** What needs to be done **
Say how many lines below contain the word "DIRECTION". The number is the entire reply.

** Source records **
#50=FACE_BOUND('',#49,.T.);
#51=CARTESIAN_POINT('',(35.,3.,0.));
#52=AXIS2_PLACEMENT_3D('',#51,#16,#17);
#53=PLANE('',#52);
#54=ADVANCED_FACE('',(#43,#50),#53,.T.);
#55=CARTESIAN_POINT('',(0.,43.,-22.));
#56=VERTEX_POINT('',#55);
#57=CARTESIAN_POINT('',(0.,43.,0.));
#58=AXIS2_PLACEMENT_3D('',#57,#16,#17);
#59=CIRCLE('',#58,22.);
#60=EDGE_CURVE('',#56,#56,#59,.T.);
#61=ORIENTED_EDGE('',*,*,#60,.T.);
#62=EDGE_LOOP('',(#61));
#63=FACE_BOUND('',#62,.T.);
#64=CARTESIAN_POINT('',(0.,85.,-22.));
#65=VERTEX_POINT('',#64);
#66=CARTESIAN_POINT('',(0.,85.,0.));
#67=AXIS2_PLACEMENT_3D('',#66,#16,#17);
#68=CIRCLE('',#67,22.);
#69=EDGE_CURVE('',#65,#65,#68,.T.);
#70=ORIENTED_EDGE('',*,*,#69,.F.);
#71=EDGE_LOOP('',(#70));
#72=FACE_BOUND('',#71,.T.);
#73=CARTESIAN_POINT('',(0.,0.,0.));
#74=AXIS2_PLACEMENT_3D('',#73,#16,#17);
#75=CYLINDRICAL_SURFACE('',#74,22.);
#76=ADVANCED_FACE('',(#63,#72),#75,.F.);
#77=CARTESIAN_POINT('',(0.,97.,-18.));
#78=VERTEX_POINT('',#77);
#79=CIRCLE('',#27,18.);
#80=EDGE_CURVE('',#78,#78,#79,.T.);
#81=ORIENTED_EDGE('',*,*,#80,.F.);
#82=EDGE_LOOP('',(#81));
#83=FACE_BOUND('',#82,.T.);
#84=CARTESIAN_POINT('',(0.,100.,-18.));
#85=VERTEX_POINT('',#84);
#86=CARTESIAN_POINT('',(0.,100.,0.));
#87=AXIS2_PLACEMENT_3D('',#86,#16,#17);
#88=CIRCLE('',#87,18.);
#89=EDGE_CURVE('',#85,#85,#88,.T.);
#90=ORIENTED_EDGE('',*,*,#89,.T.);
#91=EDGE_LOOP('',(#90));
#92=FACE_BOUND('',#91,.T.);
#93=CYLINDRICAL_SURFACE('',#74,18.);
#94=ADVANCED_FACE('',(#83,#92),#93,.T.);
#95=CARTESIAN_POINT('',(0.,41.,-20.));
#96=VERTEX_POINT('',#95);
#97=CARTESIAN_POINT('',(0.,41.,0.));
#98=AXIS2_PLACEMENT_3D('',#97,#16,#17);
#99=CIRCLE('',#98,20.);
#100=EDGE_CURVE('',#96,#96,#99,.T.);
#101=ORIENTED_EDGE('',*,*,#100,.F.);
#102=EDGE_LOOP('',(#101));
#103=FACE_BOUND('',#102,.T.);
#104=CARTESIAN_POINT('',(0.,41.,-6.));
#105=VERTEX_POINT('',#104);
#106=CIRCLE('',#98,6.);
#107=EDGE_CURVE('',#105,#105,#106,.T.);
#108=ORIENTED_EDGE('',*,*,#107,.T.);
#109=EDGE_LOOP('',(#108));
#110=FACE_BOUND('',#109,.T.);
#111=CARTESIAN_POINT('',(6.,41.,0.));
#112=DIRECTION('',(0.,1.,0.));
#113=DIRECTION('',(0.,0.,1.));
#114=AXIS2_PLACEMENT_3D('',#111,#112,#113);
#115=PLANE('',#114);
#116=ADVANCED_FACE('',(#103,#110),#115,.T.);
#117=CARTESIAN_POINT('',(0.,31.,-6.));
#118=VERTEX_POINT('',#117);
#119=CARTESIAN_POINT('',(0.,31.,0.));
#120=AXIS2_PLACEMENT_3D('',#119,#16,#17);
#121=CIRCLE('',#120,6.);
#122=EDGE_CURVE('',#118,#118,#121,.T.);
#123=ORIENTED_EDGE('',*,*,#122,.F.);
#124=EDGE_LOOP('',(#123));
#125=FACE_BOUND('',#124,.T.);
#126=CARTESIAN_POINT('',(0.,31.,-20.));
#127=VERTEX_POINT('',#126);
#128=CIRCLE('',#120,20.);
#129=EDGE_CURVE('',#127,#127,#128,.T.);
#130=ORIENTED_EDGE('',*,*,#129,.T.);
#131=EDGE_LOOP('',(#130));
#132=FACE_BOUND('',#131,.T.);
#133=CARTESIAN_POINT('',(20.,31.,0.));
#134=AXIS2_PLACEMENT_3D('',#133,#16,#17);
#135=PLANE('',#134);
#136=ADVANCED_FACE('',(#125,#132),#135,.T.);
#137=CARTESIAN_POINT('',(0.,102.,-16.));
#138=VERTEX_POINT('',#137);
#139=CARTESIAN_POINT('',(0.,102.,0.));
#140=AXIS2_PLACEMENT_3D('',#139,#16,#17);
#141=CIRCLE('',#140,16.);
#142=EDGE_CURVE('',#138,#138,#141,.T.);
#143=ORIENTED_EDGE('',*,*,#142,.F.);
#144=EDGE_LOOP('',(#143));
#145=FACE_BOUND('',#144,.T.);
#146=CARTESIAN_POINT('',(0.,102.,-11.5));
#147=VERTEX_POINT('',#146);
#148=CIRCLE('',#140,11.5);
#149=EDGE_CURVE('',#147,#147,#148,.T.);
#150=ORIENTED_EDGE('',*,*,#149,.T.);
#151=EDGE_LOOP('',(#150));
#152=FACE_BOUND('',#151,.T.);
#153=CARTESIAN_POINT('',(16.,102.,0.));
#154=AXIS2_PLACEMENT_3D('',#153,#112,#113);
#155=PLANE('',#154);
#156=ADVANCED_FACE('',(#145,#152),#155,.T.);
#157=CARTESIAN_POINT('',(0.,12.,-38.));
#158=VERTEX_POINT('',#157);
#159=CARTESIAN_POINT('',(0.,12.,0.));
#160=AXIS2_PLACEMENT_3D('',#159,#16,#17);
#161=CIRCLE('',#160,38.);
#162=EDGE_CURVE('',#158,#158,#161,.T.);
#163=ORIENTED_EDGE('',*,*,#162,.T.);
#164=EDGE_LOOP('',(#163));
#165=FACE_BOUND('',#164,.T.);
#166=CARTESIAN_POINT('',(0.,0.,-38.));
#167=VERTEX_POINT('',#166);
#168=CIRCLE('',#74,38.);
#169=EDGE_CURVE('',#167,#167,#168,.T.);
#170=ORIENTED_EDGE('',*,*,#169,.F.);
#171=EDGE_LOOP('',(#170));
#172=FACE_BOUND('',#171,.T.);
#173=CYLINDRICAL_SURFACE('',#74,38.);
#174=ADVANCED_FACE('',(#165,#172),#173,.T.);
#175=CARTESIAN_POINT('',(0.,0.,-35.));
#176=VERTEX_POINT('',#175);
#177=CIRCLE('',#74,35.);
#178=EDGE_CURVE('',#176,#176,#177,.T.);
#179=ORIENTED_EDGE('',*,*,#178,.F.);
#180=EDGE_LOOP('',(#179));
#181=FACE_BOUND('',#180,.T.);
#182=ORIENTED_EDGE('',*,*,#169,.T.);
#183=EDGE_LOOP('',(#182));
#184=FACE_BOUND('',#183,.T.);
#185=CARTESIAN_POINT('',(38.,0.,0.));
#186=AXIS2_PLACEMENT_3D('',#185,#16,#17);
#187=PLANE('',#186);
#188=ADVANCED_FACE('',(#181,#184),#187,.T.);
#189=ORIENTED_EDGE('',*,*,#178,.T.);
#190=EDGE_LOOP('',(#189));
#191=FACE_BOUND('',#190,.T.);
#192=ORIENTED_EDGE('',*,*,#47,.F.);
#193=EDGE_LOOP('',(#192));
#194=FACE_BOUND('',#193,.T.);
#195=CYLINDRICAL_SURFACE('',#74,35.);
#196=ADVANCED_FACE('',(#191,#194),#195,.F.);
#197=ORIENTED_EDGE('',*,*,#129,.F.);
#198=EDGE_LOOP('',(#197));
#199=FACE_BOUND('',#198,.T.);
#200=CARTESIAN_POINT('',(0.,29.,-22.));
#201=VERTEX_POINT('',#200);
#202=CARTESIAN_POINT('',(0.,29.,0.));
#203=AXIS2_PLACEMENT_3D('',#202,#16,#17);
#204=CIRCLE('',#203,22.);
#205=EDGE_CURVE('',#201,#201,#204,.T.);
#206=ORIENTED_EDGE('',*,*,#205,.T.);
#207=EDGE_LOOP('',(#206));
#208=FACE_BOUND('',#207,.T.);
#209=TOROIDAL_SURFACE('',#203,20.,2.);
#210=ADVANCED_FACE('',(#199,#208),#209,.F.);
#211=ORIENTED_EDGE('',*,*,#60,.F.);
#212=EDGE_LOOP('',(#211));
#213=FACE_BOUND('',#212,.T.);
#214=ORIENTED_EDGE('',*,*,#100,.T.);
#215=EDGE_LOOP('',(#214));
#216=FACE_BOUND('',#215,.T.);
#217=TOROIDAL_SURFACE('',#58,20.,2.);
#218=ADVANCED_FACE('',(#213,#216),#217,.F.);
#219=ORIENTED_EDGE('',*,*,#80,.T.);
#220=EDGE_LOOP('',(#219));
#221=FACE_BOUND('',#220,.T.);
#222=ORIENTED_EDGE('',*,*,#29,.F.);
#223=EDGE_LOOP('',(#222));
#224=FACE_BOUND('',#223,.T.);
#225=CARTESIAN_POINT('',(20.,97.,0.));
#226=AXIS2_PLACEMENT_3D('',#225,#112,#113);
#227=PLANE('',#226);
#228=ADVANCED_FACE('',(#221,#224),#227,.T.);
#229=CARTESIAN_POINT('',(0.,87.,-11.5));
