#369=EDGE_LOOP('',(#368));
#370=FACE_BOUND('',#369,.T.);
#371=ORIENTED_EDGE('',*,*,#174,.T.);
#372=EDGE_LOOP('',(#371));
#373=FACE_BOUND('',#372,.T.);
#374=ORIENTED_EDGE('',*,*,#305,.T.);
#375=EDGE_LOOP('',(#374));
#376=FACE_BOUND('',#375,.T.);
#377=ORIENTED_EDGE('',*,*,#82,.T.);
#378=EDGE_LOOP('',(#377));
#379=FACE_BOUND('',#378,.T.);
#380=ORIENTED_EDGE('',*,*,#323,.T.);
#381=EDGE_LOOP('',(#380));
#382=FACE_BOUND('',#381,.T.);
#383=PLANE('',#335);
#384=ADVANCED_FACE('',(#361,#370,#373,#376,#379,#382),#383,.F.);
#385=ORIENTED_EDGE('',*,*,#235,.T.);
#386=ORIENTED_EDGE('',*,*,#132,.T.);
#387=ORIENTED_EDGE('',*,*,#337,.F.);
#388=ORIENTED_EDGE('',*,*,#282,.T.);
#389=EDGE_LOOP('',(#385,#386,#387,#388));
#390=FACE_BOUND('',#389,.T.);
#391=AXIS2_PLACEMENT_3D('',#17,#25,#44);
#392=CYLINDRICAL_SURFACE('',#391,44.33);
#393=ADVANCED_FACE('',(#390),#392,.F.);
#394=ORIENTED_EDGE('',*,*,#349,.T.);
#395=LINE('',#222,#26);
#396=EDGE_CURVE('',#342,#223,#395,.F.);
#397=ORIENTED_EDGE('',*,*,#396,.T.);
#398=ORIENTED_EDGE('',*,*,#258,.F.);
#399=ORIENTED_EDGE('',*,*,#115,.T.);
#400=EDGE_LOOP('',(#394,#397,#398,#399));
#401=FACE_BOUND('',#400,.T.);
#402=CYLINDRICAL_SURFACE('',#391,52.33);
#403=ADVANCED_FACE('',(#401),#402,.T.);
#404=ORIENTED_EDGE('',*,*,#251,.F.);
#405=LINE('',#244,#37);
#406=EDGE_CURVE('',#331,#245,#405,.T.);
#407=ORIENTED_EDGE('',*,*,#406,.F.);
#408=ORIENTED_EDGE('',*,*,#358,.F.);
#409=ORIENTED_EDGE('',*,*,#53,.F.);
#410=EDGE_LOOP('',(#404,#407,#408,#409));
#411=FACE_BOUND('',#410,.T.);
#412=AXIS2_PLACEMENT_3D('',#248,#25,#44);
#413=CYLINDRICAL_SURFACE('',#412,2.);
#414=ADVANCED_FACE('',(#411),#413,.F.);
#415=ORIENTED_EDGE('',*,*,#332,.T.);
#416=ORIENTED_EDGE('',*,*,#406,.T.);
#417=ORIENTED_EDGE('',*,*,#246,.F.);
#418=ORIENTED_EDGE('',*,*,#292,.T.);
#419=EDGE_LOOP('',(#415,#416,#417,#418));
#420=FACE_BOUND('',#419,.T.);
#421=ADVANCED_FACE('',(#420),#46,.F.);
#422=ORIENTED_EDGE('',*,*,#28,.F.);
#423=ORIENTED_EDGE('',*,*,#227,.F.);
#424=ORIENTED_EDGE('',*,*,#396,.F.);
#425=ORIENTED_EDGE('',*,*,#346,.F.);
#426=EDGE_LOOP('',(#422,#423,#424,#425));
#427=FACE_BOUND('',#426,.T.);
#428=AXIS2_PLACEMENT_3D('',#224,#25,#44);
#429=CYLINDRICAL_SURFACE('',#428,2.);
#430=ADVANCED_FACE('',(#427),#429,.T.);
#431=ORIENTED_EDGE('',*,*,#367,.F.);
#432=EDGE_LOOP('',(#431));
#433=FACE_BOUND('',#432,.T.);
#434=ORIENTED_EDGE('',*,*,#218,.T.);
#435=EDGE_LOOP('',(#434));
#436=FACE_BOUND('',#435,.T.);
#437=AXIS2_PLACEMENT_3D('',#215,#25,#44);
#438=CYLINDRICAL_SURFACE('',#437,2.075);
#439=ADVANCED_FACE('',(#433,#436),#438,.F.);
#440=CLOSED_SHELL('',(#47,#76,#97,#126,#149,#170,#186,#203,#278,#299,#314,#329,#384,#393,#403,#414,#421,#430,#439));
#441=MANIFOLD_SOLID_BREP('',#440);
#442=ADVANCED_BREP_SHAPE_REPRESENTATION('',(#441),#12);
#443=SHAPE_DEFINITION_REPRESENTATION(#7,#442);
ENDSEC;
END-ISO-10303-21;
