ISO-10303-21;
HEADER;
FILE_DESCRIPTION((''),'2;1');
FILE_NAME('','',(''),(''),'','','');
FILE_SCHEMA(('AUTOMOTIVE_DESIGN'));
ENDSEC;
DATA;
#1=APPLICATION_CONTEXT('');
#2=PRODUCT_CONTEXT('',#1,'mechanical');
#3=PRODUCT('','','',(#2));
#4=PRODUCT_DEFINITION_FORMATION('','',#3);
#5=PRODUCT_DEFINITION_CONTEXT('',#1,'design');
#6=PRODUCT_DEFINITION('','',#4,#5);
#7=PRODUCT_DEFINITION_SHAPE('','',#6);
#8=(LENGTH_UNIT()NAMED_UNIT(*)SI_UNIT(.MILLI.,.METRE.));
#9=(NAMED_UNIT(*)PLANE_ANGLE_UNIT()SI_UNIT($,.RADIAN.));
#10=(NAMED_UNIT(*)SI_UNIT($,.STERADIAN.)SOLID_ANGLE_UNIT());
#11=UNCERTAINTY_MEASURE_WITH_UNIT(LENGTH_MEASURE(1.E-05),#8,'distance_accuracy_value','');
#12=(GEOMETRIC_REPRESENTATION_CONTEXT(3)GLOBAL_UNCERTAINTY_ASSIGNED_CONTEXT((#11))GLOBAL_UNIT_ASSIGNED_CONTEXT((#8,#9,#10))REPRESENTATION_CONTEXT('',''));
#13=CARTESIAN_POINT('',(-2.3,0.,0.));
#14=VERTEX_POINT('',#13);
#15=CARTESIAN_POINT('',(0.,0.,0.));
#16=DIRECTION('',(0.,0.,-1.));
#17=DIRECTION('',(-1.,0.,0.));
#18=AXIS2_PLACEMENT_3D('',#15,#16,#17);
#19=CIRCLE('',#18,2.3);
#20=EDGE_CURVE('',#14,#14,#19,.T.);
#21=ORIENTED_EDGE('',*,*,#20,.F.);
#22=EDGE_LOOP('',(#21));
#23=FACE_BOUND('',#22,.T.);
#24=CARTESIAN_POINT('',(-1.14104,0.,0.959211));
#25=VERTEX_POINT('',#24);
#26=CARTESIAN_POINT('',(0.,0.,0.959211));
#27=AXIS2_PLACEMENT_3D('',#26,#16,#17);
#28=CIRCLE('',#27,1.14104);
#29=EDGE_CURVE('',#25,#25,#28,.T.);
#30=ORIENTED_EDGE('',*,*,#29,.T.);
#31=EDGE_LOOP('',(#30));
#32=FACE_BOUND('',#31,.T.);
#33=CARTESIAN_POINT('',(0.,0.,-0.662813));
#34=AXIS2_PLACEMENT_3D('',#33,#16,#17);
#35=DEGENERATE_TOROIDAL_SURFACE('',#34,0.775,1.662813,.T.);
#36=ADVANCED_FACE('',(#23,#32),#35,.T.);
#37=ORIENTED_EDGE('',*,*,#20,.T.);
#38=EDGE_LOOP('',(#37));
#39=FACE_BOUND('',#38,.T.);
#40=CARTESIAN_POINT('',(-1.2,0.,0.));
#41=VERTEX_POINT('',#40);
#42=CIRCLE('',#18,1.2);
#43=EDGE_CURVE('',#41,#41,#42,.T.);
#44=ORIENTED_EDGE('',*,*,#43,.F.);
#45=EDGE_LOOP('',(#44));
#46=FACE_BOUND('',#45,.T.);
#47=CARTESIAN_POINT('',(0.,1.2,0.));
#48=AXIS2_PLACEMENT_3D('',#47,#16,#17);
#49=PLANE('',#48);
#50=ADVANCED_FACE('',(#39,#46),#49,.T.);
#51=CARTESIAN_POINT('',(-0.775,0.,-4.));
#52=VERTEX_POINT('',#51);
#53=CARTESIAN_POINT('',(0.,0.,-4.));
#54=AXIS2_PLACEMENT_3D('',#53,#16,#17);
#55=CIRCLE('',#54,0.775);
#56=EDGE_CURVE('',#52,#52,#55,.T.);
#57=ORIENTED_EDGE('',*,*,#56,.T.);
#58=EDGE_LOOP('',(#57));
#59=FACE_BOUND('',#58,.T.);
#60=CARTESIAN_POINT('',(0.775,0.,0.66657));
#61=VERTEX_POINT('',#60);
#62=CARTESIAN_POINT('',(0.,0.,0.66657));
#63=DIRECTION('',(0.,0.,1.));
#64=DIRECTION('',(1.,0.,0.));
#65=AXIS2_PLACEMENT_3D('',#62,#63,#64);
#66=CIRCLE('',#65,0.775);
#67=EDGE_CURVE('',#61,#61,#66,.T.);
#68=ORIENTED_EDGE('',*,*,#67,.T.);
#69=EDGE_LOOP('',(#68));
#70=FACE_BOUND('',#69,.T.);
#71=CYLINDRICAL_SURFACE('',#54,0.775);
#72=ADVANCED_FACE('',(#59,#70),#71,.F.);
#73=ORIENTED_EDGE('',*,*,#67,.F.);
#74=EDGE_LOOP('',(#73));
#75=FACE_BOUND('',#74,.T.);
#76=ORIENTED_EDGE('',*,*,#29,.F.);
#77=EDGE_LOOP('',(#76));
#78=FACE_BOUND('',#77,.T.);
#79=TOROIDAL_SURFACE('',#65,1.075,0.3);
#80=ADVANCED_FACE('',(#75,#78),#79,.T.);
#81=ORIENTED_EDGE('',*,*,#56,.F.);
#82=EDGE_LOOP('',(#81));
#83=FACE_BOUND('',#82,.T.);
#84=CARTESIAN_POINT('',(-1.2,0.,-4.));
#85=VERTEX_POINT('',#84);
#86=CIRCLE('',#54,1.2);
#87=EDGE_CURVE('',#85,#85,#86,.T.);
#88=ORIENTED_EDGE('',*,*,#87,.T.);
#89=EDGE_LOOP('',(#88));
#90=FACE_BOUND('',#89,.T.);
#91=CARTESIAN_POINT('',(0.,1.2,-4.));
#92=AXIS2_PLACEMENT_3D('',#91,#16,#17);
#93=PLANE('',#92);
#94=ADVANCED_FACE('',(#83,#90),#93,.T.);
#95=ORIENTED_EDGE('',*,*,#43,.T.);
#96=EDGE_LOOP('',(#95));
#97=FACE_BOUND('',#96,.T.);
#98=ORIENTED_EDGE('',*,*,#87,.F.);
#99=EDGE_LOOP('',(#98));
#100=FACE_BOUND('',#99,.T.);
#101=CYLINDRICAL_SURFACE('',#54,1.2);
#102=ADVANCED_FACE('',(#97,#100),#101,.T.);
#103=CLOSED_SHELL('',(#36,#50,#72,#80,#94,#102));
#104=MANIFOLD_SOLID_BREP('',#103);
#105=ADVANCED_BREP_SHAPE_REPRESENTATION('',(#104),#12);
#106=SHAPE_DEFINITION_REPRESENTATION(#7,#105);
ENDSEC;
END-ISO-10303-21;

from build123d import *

# Parameters (mm, degrees)
FILLET_527_R = 0.3


with BuildPart() as part:
    # 草图1 → 旋转1 (revolve)
    with BuildSketch(Plane(origin=(0, 0, 0), x_dir=(0, 0, -1), z_dir=(1, 0, 0))):
        with BuildLine():
            Line((0, 1.2), (0, 2.3))
            ThreePointArc((0, 2.3), (-0.727705087, 1.686814811), (-1, 0.775))
            Line((-1, 0.775), (4, 0.775))
            Line((4, 0.775), (4, 1.2))
            Line((4, 1.2), (0, 1.2))
        make_face()
    revolve(axis=Axis((0, 0, -4), (0, 0, 1)))

    # Fillet 527
    fillet_527_edges = [part.edges().sort_by_distance(p)[0] for p in [
        (0, -0.775, 1),
    ]]
    fillet(fillet_527_edges, radius=FILLET_527_R)


solid = part.part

** Final answer **
6